======== Stored data ========
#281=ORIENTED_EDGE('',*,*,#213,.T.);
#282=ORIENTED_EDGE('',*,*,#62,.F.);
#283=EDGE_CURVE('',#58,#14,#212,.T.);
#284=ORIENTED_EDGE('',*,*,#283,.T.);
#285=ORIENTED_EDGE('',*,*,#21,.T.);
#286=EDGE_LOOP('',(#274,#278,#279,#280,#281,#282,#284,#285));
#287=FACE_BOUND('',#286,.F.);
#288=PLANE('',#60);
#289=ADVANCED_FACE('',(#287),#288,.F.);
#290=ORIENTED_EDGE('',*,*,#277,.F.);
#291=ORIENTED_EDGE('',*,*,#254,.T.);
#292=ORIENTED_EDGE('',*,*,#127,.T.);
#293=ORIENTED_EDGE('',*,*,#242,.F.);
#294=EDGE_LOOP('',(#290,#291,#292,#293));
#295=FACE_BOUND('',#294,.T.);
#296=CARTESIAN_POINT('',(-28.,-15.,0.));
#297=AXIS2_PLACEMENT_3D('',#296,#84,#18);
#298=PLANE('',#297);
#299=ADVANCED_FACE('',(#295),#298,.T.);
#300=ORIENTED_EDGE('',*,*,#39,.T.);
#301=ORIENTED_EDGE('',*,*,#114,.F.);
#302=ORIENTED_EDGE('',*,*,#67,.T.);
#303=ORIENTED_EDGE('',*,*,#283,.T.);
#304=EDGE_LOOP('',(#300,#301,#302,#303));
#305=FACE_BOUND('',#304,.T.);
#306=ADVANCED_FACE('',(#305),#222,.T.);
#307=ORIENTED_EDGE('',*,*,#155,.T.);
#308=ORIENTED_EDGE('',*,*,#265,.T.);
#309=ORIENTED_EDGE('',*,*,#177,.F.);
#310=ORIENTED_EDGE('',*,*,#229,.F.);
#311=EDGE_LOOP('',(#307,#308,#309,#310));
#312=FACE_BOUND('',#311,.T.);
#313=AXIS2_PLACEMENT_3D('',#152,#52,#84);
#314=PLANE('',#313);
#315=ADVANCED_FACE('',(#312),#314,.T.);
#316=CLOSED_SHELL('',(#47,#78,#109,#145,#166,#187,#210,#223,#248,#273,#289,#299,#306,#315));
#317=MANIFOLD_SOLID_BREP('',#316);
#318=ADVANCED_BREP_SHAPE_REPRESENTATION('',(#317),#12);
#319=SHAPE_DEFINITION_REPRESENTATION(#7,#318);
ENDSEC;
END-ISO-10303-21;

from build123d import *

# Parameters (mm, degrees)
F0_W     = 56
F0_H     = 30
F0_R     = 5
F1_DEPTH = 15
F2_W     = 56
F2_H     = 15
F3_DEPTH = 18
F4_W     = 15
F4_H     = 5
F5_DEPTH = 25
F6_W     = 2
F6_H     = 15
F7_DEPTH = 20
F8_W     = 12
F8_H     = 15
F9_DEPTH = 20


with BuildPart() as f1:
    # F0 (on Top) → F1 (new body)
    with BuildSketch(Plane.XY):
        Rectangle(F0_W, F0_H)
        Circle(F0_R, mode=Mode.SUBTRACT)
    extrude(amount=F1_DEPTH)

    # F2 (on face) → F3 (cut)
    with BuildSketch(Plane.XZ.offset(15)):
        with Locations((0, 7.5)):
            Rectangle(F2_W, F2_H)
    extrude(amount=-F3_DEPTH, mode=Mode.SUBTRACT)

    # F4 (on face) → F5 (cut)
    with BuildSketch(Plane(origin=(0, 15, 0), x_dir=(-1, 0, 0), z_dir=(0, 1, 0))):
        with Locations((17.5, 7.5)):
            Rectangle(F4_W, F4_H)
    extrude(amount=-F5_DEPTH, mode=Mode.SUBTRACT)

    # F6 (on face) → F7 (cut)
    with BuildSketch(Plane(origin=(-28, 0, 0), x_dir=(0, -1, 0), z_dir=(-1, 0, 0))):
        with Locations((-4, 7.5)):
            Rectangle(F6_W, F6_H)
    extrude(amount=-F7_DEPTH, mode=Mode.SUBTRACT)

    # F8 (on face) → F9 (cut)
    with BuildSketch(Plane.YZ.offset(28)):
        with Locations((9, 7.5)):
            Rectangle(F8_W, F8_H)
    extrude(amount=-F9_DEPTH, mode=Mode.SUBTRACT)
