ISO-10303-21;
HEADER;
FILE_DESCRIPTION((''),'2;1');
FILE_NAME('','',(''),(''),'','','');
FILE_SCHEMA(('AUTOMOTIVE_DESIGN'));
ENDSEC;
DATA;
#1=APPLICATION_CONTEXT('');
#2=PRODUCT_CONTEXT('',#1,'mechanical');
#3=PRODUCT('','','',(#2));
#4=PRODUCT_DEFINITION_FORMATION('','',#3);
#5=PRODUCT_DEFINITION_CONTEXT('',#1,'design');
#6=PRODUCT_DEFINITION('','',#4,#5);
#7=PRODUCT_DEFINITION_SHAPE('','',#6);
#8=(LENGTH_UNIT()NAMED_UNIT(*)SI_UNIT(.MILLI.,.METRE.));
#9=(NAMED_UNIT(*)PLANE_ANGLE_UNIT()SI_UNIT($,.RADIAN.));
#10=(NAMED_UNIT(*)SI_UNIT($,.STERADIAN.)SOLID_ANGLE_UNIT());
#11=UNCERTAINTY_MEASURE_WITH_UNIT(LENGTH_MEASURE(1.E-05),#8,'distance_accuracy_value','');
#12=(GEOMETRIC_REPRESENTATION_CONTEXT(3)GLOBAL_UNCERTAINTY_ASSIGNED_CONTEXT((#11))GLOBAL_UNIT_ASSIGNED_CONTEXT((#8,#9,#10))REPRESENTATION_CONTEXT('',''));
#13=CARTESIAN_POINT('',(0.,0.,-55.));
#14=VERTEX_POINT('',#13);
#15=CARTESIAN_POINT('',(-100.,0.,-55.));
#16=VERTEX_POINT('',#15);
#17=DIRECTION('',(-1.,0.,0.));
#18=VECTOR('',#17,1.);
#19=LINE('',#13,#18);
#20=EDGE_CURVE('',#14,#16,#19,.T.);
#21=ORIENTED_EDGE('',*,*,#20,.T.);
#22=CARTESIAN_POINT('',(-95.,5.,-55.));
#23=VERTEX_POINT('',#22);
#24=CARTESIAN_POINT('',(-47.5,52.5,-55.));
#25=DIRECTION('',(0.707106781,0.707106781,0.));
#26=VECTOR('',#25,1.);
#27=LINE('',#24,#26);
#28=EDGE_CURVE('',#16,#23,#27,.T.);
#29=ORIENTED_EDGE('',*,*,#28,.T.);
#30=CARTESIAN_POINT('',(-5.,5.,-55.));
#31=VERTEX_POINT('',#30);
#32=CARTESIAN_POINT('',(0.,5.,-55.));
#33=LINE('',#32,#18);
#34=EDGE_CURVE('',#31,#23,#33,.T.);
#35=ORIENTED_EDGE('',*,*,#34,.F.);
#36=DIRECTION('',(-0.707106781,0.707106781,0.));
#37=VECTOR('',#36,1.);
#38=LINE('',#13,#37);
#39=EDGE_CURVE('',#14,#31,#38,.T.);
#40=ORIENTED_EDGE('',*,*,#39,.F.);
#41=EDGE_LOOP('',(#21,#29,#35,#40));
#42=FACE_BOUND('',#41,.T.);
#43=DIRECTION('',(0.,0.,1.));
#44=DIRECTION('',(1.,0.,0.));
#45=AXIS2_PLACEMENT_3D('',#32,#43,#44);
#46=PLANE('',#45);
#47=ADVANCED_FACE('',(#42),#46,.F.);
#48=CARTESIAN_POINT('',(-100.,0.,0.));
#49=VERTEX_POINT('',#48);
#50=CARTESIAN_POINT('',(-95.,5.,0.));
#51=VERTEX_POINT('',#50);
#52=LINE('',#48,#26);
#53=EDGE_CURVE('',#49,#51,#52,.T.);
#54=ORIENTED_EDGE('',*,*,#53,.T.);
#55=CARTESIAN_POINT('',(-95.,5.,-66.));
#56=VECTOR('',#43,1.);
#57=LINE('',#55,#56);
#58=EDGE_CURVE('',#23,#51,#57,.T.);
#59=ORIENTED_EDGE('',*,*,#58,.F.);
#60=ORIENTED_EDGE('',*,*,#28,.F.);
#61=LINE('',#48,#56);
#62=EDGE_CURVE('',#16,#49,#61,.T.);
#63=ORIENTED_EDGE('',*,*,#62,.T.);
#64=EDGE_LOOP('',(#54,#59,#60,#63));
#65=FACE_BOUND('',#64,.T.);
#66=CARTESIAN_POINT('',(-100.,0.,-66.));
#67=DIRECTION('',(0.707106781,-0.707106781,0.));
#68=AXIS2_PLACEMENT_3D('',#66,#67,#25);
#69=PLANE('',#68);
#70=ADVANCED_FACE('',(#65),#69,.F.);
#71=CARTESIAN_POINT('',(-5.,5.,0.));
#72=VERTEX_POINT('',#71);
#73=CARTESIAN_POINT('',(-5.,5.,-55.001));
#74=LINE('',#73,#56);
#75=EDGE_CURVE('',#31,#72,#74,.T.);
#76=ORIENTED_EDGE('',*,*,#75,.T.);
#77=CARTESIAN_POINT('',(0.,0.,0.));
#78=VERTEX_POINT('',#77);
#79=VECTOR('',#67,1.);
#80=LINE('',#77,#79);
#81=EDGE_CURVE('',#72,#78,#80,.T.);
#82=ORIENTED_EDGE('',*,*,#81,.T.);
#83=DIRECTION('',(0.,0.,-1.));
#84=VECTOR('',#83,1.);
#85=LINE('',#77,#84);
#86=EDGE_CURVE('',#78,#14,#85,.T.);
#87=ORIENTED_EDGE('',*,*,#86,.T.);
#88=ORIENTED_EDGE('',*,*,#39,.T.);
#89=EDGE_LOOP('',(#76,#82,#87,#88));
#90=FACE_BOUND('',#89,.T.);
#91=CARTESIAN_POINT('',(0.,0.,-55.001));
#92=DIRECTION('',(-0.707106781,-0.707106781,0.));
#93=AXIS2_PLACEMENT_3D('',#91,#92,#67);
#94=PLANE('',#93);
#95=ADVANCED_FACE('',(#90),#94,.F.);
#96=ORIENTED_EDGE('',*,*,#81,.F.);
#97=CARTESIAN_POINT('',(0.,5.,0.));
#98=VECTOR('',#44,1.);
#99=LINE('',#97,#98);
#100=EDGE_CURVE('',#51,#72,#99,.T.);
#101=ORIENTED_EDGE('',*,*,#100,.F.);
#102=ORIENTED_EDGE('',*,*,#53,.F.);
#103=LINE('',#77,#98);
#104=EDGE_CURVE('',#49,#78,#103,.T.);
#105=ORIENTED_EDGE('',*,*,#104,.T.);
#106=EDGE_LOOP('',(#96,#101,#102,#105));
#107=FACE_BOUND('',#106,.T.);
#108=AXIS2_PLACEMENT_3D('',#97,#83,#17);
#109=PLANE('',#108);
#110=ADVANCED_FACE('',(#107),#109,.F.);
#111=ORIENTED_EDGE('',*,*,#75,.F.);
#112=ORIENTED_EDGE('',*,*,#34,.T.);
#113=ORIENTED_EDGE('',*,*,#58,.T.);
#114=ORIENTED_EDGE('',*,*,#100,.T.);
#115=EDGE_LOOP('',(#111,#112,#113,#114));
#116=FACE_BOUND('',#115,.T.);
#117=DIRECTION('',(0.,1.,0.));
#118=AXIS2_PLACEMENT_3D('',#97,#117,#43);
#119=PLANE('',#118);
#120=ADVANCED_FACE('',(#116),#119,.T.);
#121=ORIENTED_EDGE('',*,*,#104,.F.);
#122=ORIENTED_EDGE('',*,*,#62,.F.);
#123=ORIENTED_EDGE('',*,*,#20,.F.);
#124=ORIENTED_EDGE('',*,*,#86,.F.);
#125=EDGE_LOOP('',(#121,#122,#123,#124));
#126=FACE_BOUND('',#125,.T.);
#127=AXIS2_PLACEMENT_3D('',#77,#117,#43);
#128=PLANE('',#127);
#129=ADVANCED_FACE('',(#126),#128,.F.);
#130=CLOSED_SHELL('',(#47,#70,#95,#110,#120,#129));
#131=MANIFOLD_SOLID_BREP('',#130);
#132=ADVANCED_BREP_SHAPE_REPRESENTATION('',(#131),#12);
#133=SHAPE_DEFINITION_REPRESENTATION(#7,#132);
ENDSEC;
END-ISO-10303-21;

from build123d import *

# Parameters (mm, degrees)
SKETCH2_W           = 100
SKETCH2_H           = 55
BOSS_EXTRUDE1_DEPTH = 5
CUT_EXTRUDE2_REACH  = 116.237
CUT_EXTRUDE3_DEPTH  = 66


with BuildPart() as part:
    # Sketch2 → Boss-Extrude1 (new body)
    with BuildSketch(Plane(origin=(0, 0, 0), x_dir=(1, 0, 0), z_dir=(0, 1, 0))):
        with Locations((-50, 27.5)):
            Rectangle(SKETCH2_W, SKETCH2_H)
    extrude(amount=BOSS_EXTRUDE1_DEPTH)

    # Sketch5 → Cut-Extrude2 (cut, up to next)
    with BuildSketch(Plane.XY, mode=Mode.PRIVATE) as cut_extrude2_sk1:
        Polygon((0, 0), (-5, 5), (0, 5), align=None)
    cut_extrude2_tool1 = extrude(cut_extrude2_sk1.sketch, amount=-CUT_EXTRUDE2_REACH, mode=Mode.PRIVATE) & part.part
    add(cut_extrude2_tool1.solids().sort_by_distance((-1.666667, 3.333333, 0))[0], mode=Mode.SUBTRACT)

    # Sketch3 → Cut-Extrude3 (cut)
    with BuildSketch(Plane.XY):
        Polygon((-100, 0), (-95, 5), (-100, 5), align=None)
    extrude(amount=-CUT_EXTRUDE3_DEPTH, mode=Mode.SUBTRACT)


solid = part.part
========
▸ How to complete this task
In the data above, which lines lie between the line with "#21=ORIENTED_EDGE('',*,*,#20,.T.);" and the line with "#40=ORIENTED_EDGE('',*,*,#39,.F.);", inclusive? Print those lines exactly and nothing else.

▸ Written reply
#21=ORIENTED_EDGE('',*,*,#20,.T.);
#22=CARTESIAN_POINT('',(-95.,5.,-55.));
#23=VERTEX_POINT('',#22);
#24=CARTESIAN_POINT('',(-47.5,52.5,-55.));
#25=DIRECTION('',(0.707106781,0.707106781,0.));
#26=VECTOR('',#25,1.);
#27=LINE('',#24,#26);
#28=EDGE_CURVE('',#16,#23,#27,.T.);
#29=ORIENTED_EDGE('',*,*,#28,.T.);
#30=CARTESIAN_POINT('',(-5.,5.,-55.));
#31=VERTEX_POINT('',#30);
#32=CARTESIAN_POINT('',(0.,5.,-55.));
#33=LINE('',#32,#18);
#34=EDGE_CURVE('',#31,#23,#33,.T.);
#35=ORIENTED_EDGE('',*,*,#34,.F.);
#36=DIRECTION('',(-0.707106781,0.707106781,0.));
#37=VECTOR('',#36,1.);
#38=LINE('',#13,#37);
#39=EDGE_CURVE('',#14,#31,#38,.T.);
#40=ORIENTED_EDGE('',*,*,#39,.F.);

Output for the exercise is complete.